Re: [tpmdd-devel] [PATCH RFC v2 5/5] tpm2: expose resource manager via a device link /dev/tpms<n>

From: Jason Gunthorpe
Date: Fri Jan 13 2017 - 16:23:14 EST


On Fri, Jan 13, 2017 at 12:02:36PM -0800, James Bottomley wrote:
> > > Actually, no, the devrm is a completely lifetime managed device as
> > > part
> > > of the chip structure. once you've done a device_del on it, it can
> > > be
> > > kfreed because it's no longer visible to anything else.
> >
> > No, that isn't enough. Anything else could have obtained a kref on
> > devrm outside of the sphere the device_del manages.
> >
> > For instance, the cdev does exactly that, via this:
> >
> > > chip->cdev.kobj.parent = &chip->dev.kobj;
> > > + chip->cdevrm.kobj.parent = &chip->devrm.kobj;
> >
> > In the worst case the kref the cdev grabs is not released until after
> > tpm_chip_unregister() returns.
>
> chip_unregister doesn't tear down either device. It's the final
> release of the chip->dev that does that.

I don't think you are seeing the problem.

I think you are assuming cdev_del waits for userspace to close any
open fds. It does not.

Instead cdev independently holds on to a module lock and a kref on the
chip, once userspace has done close() then the kref is dropped and the
module lock let go. This can happen after chip_unregister, after devm
has done the final put_device, and after the driver core has completed
driver detach.

This is why it is necessary for this:

+ chip->cdevrm.kobj.parent = &chip->devrm.kobj;

To point to a working kref, such as chip->dev.kobj.

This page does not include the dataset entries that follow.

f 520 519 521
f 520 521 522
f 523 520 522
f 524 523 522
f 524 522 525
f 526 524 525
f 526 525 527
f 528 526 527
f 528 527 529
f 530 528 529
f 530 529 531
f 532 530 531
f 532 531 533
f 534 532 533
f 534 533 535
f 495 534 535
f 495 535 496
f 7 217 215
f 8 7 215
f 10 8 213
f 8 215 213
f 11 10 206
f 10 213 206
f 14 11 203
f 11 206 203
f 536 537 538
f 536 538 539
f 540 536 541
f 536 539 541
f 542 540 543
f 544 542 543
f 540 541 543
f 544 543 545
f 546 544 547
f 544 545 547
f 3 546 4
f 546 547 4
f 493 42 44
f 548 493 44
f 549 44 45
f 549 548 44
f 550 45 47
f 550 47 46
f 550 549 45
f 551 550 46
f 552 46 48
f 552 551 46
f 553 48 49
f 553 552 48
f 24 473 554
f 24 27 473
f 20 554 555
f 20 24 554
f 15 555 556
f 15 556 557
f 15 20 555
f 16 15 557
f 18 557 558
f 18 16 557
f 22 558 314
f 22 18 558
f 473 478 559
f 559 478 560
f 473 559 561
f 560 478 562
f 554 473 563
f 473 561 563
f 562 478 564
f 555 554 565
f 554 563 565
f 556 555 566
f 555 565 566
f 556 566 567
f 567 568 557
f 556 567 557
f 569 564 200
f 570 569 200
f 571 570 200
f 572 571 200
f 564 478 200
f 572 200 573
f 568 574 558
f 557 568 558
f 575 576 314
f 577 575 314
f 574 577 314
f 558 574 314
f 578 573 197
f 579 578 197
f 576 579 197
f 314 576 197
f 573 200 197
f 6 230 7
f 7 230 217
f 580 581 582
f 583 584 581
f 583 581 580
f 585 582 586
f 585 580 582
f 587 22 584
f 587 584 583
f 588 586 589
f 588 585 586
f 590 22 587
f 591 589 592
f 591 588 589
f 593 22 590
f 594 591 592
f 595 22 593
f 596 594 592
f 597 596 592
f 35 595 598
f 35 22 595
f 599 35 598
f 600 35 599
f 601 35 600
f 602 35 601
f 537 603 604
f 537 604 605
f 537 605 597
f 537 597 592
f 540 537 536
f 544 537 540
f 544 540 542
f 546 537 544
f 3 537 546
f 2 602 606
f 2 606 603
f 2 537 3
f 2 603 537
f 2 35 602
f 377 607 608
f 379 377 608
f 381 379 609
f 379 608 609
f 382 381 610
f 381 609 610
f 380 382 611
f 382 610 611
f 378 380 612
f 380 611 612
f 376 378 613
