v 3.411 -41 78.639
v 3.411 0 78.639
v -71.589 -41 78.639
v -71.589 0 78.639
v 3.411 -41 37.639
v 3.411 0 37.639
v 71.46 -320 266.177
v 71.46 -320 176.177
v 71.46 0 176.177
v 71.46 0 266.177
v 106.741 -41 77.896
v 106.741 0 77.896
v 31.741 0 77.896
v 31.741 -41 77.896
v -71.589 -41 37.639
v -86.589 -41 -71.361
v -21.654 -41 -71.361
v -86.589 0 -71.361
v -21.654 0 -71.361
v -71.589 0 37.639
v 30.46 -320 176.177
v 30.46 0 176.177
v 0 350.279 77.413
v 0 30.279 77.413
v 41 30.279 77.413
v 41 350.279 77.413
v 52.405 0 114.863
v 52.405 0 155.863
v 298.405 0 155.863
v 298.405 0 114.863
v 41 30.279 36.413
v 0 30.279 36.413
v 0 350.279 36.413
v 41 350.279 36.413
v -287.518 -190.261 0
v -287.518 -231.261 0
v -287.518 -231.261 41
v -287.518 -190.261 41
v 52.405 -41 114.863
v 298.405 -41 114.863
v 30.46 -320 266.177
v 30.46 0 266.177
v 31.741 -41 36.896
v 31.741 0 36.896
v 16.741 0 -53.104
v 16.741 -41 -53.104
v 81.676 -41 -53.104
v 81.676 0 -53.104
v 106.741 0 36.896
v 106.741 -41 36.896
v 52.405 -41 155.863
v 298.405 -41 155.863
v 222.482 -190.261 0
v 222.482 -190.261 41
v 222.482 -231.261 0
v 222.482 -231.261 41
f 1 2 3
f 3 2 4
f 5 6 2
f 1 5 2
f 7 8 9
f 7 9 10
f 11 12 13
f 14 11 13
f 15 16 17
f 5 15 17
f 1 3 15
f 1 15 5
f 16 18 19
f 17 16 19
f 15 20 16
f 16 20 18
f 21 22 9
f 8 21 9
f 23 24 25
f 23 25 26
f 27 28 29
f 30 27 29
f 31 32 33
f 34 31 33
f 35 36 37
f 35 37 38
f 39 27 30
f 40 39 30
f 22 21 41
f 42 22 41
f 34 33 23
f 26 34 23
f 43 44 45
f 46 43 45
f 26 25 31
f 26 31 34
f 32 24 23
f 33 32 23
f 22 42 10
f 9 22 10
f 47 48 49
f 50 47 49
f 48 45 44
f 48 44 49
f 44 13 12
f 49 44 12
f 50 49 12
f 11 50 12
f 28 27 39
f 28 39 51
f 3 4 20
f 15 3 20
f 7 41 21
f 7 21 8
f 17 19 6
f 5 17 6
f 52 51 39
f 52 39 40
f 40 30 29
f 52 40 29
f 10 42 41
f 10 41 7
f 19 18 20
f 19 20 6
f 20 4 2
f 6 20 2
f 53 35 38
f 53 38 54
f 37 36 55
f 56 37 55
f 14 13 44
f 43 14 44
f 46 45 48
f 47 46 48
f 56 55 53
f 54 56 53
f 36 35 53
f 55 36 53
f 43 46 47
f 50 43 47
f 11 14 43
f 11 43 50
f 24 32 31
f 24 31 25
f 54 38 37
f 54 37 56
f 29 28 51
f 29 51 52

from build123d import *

# Parameters (mm, degrees)
F1_DEPTH  = 41
F2_W      = 246
F2_H      = 41
F3_DEPTH  = 41
F4_W      = 320
F4_H      = 41
F5_DEPTH  = 41
F6_W      = 510
F6_H      = 41
F7_DEPTH  = 41
F8_W      = 41
F8_H      = 90
F9_DEPTH  = 320
F11_DEPTH = 41


with BuildPart() as f1:
    # F0 (on Front) → F1 (new body)
    with BuildSketch(Plane.XZ):
        Polygon((3.41058, 78.639174), (-71.58942, 78.639174), (-71.58942, 37.639174), (-86.58942, -71.360826), (-21.654289, -71.360826), (3.41058, 37.639174), align=None)
    extrude(amount=F1_DEPTH)


with BuildPart() as f3:
    # F2 (on Front) → F3 (new body)
    with BuildSketch(Plane.XZ):
        with Locations((175.404556, 135.362919)):
            Rectangle(F2_W, F2_H)
    extrude(amount=F3_DEPTH)


with BuildPart() as f5:
    # F4 (on Right) → F5 (new body)
    with BuildSketch(Plane.YZ):
        with Locations((190.279366, 56.91339)):
            Rectangle(F4_W, F4_H)
    extrude(amount=F5_DEPTH)


with BuildPart() as f7:
    # F6 (on Top) → F7 (new body)
    with BuildSketch(Plane.XY):
        with Locations((-32.51787, -210.760753)):
            Rectangle(F6_W, F6_H)
    extrude(amount=F7_DEPTH)


with BuildPart() as f9:
    # F8 (on Front) → F9 (new body)
    with BuildSketch(Plane.XZ):
        with Locations((50.960384, 221.176924)):
            Rectangle(F8_W, F8_H)
    extrude(amount=F9_DEPTH)


with BuildPart() as f11:
    # F10 (on Front) → F11 (new body)
    with BuildSketch(Plane.XZ):
        Polygon((106.740724, 77.89586), (31.740724, 77.89586), (31.740724, 36.89586), (16.740724, -53.10414), (81.675855, -53.10414), (106.740724, 36.89586), align=None)
    extrude(amount=F11_DEPTH)


solid = Compound([f1.part, f3.part, f5.part, f7.part, f9.part, f11.part])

My point is this patch has two very subtle bugs caused by devrm having
a broken kref. Yes we can fix those two cases, but this entire class
of bugs is prevented if devrm has a release function that does
put_device(chip->dev).

We have no idea what will happen down the road; most poeple assume
krefs *work*, having a struct with 4 krefs where only 3 work is pretty
wild, IMHO.

> Now there is a related problem that the owner is actually the *wrong*
> module: it holds the tpm module in place not the actual driver module,
> so I can happily attach tcsd to the TPM device then rmmod tpm_tis,
> which causes some interesting issues. I can fix this, but it's not a
> problem of the current patch.

No, it is correct as is. The cdev fops rely only on the tpm module.
When tpm_chip_unregister returns to the driver the chips->ops is set
to NULL with proper locking - the driver code becomes uncallable at
that point.

Jason